From the data below, return the exact lines starting at the line containing "-62.071067812), (-60, -55))" and ending at the line containing "# FreeCAD 1.0 macro for this part", both included, and nothing else.

+ + + + + + +

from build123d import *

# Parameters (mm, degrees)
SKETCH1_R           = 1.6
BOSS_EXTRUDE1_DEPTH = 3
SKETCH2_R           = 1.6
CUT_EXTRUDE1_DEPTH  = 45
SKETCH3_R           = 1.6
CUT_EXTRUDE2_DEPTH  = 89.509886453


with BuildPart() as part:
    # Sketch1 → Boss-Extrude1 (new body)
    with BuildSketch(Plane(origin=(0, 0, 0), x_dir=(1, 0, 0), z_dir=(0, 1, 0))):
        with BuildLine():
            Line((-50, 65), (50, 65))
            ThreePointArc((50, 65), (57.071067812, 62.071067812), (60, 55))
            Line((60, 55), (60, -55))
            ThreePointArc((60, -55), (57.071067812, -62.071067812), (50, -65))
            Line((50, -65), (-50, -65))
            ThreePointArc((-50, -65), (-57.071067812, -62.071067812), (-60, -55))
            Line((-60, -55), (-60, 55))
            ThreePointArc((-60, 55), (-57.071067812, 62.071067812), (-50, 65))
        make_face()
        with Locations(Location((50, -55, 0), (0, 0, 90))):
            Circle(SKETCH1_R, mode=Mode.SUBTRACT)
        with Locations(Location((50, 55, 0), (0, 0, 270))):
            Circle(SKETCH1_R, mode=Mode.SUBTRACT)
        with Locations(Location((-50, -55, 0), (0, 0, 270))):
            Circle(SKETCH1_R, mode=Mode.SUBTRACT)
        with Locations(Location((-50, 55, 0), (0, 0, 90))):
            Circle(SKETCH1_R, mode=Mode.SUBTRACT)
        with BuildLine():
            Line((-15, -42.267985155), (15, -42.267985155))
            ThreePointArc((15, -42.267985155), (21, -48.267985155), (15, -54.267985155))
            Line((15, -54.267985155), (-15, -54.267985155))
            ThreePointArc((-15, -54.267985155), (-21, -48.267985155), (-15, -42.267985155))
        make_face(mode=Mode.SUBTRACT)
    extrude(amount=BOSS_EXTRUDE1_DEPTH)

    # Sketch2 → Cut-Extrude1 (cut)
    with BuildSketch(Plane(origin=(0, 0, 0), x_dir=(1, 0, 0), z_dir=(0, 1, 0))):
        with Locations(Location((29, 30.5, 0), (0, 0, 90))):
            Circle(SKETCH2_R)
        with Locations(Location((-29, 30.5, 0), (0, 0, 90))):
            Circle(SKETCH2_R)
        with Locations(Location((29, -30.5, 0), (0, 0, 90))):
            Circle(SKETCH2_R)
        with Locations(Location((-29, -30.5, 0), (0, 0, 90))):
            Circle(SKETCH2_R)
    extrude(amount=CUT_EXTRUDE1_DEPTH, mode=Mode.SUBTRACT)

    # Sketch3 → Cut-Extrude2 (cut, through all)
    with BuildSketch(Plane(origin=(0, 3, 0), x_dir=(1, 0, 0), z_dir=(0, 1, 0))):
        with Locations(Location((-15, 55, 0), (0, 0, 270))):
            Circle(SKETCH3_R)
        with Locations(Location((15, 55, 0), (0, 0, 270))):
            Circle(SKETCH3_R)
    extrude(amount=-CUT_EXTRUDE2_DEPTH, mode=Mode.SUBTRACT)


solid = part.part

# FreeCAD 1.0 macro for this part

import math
import FreeCAD as App
import Part
import Sketcher

doc = App.newDocument("Part")
body = doc.addObject("PartDesign::Body", "Body")

sketch1 = body.newObject("Sketcher::SketchObject", "Sketch")
sketch1.AttachmentSupport = (doc.getObject("XZ_Plane"), [""])
sketch1.MapMode = "FlatFace"
sketch1.addGeometry([
    Part.LineSegment(App.Vector(50, -65, 0), App.Vector(-50, -65, 0)),
    Part.ArcOfCircle(Part.Circle(App.Vector(-50, -55, 0), App.Vector(0, 0, 1), 10), math.radians(180), math.radians(270)),
    Part.LineSegment(App.Vector(-60, -55, 0), App.Vector(-60, 55, 0)),
    Part.ArcOfCircle(Part.Circle(App.Vector(-50, 55, 0), App.Vector(0, 0, 1), 10), math.radians(90), math.radians(180)),
    Part.LineSegment(App.Vector(-50, 65, 0), App.Vector(50, 65, 0)),
    Part.ArcOfCircle(Part.Circle(App.Vector(50, 55, 0), App.Vector(0, 0, 1), 10), math.radians(0), math.radians(90)),
    Part.LineSegment(App.Vector(60, 55, 0), App.Vector(60, -55, 0)),
    Part.ArcOfCircle(Part.Circle(App.Vector(50, -55, 0), App.Vector(0, 0, 1), 10), math.radians(-90), math.radians(0)),
    Part.Circle(App.Vector(50, 55, 0), App.Vector(0, 0, 1), 1.6),
    Part.LineSegment(App.Vector(-15, 42.3, 0), App.Vector(15, 42.3, 0)),
    Part.ArcOfCircle(Part.Circle(App.Vector(15, 48.3, 0), App.Vector(0, 0, 1), 6), math.radians(-90), math.radians(90)),
    Part.LineSegment(App.Vector(15, 54.3, 0), App.Vector(-15, 54.3, 0)),
    Part.ArcOfCircle(Part.Circle(App.Vector(-15, 48.3, 0), App.Vector(0, 0, 1), 6), math.radians(90), math.radians(270)),
    Part.Circle(App.Vector(-50, 55, 0), App.Vector(0, 0, 1), 1.6),
    Part.Circle(App.Vector(50, -55, 0), App.Vector(0, 0, 1), 1.6),
    Part.Circle(App.Vector(-50, -55, 0), App.Vector(0, 0, 1), 1.6),
], False)
sketch1.addConstraint([
    Sketcher.Constraint("Tangent", 0, 2, 1, 2),
    Sketcher.Constraint("Tangent", 1, 1, 2, 1),
    Sketcher.Constraint("Tangent", 2, 2, 3, 2),
    Sketcher.Constraint("Tangent", 3, 1, 4, 1),
    Sketcher.Constraint("Tangent", 4, 2, 5, 2),
    Sketcher.Constraint("Tangent", 5, 1, 6, 1),
    Sketcher.Constraint("Tangent", 6, 2, 7, 2),
    Sketcher.Constraint("Tangent", 7, 1, 0, 1),
    Sketcher.Constraint("Tangent", 9, 2, 10, 1),
    Sketcher.Constraint("Tangent", 10, 2, 11, 1),
    Sketcher.Constraint("Tangent", 11, 2, 12, 1),
    Sketcher.Constraint("Tangent", 12, 2, 9, 1),
    Sketcher.Constraint("Horizontal", 0),
    Sketcher.Constraint("Vertical", 2),
    Sketcher.Constraint("Horizontal", 4),
    Sketcher.Constraint("Vertical", 6),
    Sketcher.Constraint("Horizontal", 9),
    Sketcher.Constraint("Horizontal", 11),
    Sketcher.Constraint("Coincident", 8, 3, 5, 3),
    Sketcher.Constraint("Coincident", 13, 3, 3, 3),
    Sketcher.Constraint("Coincident", 14, 3, 7, 3),
    Sketcher.Constraint("Coincident", 15, 3, 1, 3),
    Sketcher.Constraint("Equal", 1, 3),
    Sketcher.Constraint("Equal", 3, 5),
    Sketcher.Constraint("Equal", 5, 7),
    Sketcher.Constraint("Equal", 8, 13),
    Sketcher.Constraint("Equal", 13, 14),
    Sketcher.Constraint("Equal", 14, 15),
    Sketcher.Constraint("Symmetric", 1, 3, 5, 3, -1, 1),
    Sketcher.Constraint("Radius", 1, 10.0),
    Sketcher.Constraint("Radius", 10, 6.0),
    Sketcher.Constraint("Diameter", 8, 3.2),
    Sketcher.Constraint("DistanceX", 0, 2, 0, 1, 100.0),
    Sketcher.Constraint("DistanceX", 9, 1, 9, 2, 30.0),
    Sketcher.Constraint("DistanceY", 2, 1, 2, 2, 110.0),
    Sketcher.Constraint("DistanceX", -1, 1, 10, 3, 15.0),
    Sketcher.Constraint("DistanceY", -1, 1, 10, 3, 48.267985),
])
pad1 = body.newObject("PartDesign::Pad", "Pad")
pad1.Profile = sketch1
pad1.Length = 3
pad1.Reversed = True

sketch2 = body.newObject("Sketcher::SketchObject", "Sketch001")
sketch2.AttachmentSupport = (doc.getObject("XZ_Plane"), [""])
sketch2.MapMode = "FlatFace"
sketch2.addGeometry([
    Part.Circle(App.Vector(29, -30.5, 0), App.Vector(0, 0, 1), 1.6),
    Part.Circle(App.Vector(-29, -30.5, 0), App.Vector(0, 0, 1), 1.6),
    Part.Circle(App.Vector(29, 30.5, 0), App.Vector(0, 0, 1), 1.6),
    Part.Circle(App.Vector(-29, 30.5, 0), App.Vector(0, 0, 1), 1.6),
], False)
sketch2.addConstraint([
    Sketcher.Constraint("Equal", 0, 1),
    Sketcher.Constraint("Equal", 1, 2),
    Sketcher.Constraint("Equal", 2, 3),
    Sketcher.Constraint("Symmetric", 1, 3, 2, 3, -1, 1),
    Sketcher.Constraint("Symmetric", 0, 3, 3, 3, -1, 1),
    Sketcher.Constraint("Symmetric", 0, 3, 1, 3, -2),
    Sketcher.Constraint("Diameter", 0, 3.2),
    Sketcher.Constraint("DistanceX", -1, 1, 0, 3, 29.0),
    Sketcher.Constraint("DistanceY", 0, 3, 2, 3, 61.0),
])
pocket1 = body.newObject("PartDesign::Pocket", "Pocket")
pocket1.Profile = sketch2
pocket1.Length = 45

sketch3 = body.newObject("Sketcher::SketchObject", "Sketch002")
sketch3.AttachmentSupport = (doc.getObject("XZ_Plane"), [""])
sketch3.MapMode = "FlatFace"
sketch3.AttachmentOffset = App.Placement(App.Vector(0, 0, -3), App.Rotation())
sketch3.addGeometry([
    Part.Circle(App.Vector(-15, -55, 0), App.Vector(0, 0, 1), 1.6),
    Part.Circle(App.Vector(15, -55, 0), App.Vector(0, 0, 1), 1.6),
], False)
sketch3.addConstraint([
    Sketcher.Constraint("Equal", 0, 1),
    Sketcher.Constraint("Symmetric", 0, 3, 1, 3, -2),
    Sketcher.Constraint("Diameter", 0, 3.2),
    Sketcher.Constraint("DistanceX", 0, 3, -1, 1, 15.0),
    Sketcher.Constraint("DistanceY", 0, 3, -1, 1, 55.0),
])
pocket2 = body.newObject("PartDesign::Pocket", "Pocket001")
pocket2.Profile = sketch3
pocket2.Type = "ThroughAll"
pocket2.Reversed = True

doc.recompute()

+ + + + + + +

**FINISHED TASK:**
            ThreePointArc((-50, -65), (-57.071067812, -62.071067812), (-60, -55))
            Line((-60, -55), (-60, 55))
            ThreePointArc((-60, 55), (-57.071067812, 62.071067812), (-50, 65))
        make_face()
        with Locations(Location((50, -55, 0), (0, 0, 90))):
            Circle(SKETCH1_R, mode=Mode.SUBTRACT)
        with Locations(Location((50, 55, 0), (0, 0, 270))):
            Circle(SKETCH1_R, mode=Mode.SUBTRACT)
        with Locations(Location((-50, -55, 0), (0, 0, 270))):
            Circle(SKETCH1_R, mode=Mode.SUBTRACT)
        with Locations(Location((-50, 55, 0), (0, 0, 90))):
            Circle(SKETCH1_R, mode=Mode.SUBTRACT)
        with BuildLine():
            Line((-15, -42.267985155), (15, -42.267985155))
            ThreePointArc((15, -42.267985155), (21, -48.267985155), (15, -54.267985155))
            Line((15, -54.267985155), (-15, -54.267985155))
            ThreePointArc((-15, -54.267985155), (-21, -48.267985155), (-15, -42.267985155))
        make_face(mode=Mode.SUBTRACT)
    extrude(amount=BOSS_EXTRUDE1_DEPTH)

    # Sketch2 → Cut-Extrude1 (cut)
    with BuildSketch(Plane(origin=(0, 0, 0), x_dir=(1, 0, 0), z_dir=(0, 1, 0))):
        with Locations(Location((29, 30.5, 0), (0, 0, 90))):
            Circle(SKETCH2_R)
        with Locations(Location((-29, 30.5, 0), (0, 0, 90))):
            Circle(SKETCH2_R)
        with Locations(Location((29, -30.5, 0), (0, 0, 90))):
            Circle(SKETCH2_R)
        with Locations(Location((-29, -30.5, 0), (0, 0, 90))):
            Circle(SKETCH2_R)
    extrude(amount=CUT_EXTRUDE1_DEPTH, mode=Mode.SUBTRACT)

    # Sketch3 → Cut-Extrude2 (cut, through all)
    with BuildSketch(Plane(origin=(0, 3, 0), x_dir=(1, 0, 0), z_dir=(0, 1, 0))):
        with Locations(Location((-15, 55, 0), (0, 0, 270))):
            Circle(SKETCH3_R)
        with Locations(Location((15, 55, 0), (0, 0, 270))):
            Circle(SKETCH3_R)
    extrude(amount=-CUT_EXTRUDE2_DEPTH, mode=Mode.SUBTRACT)


solid = part.part

# FreeCAD 1.0 macro for this part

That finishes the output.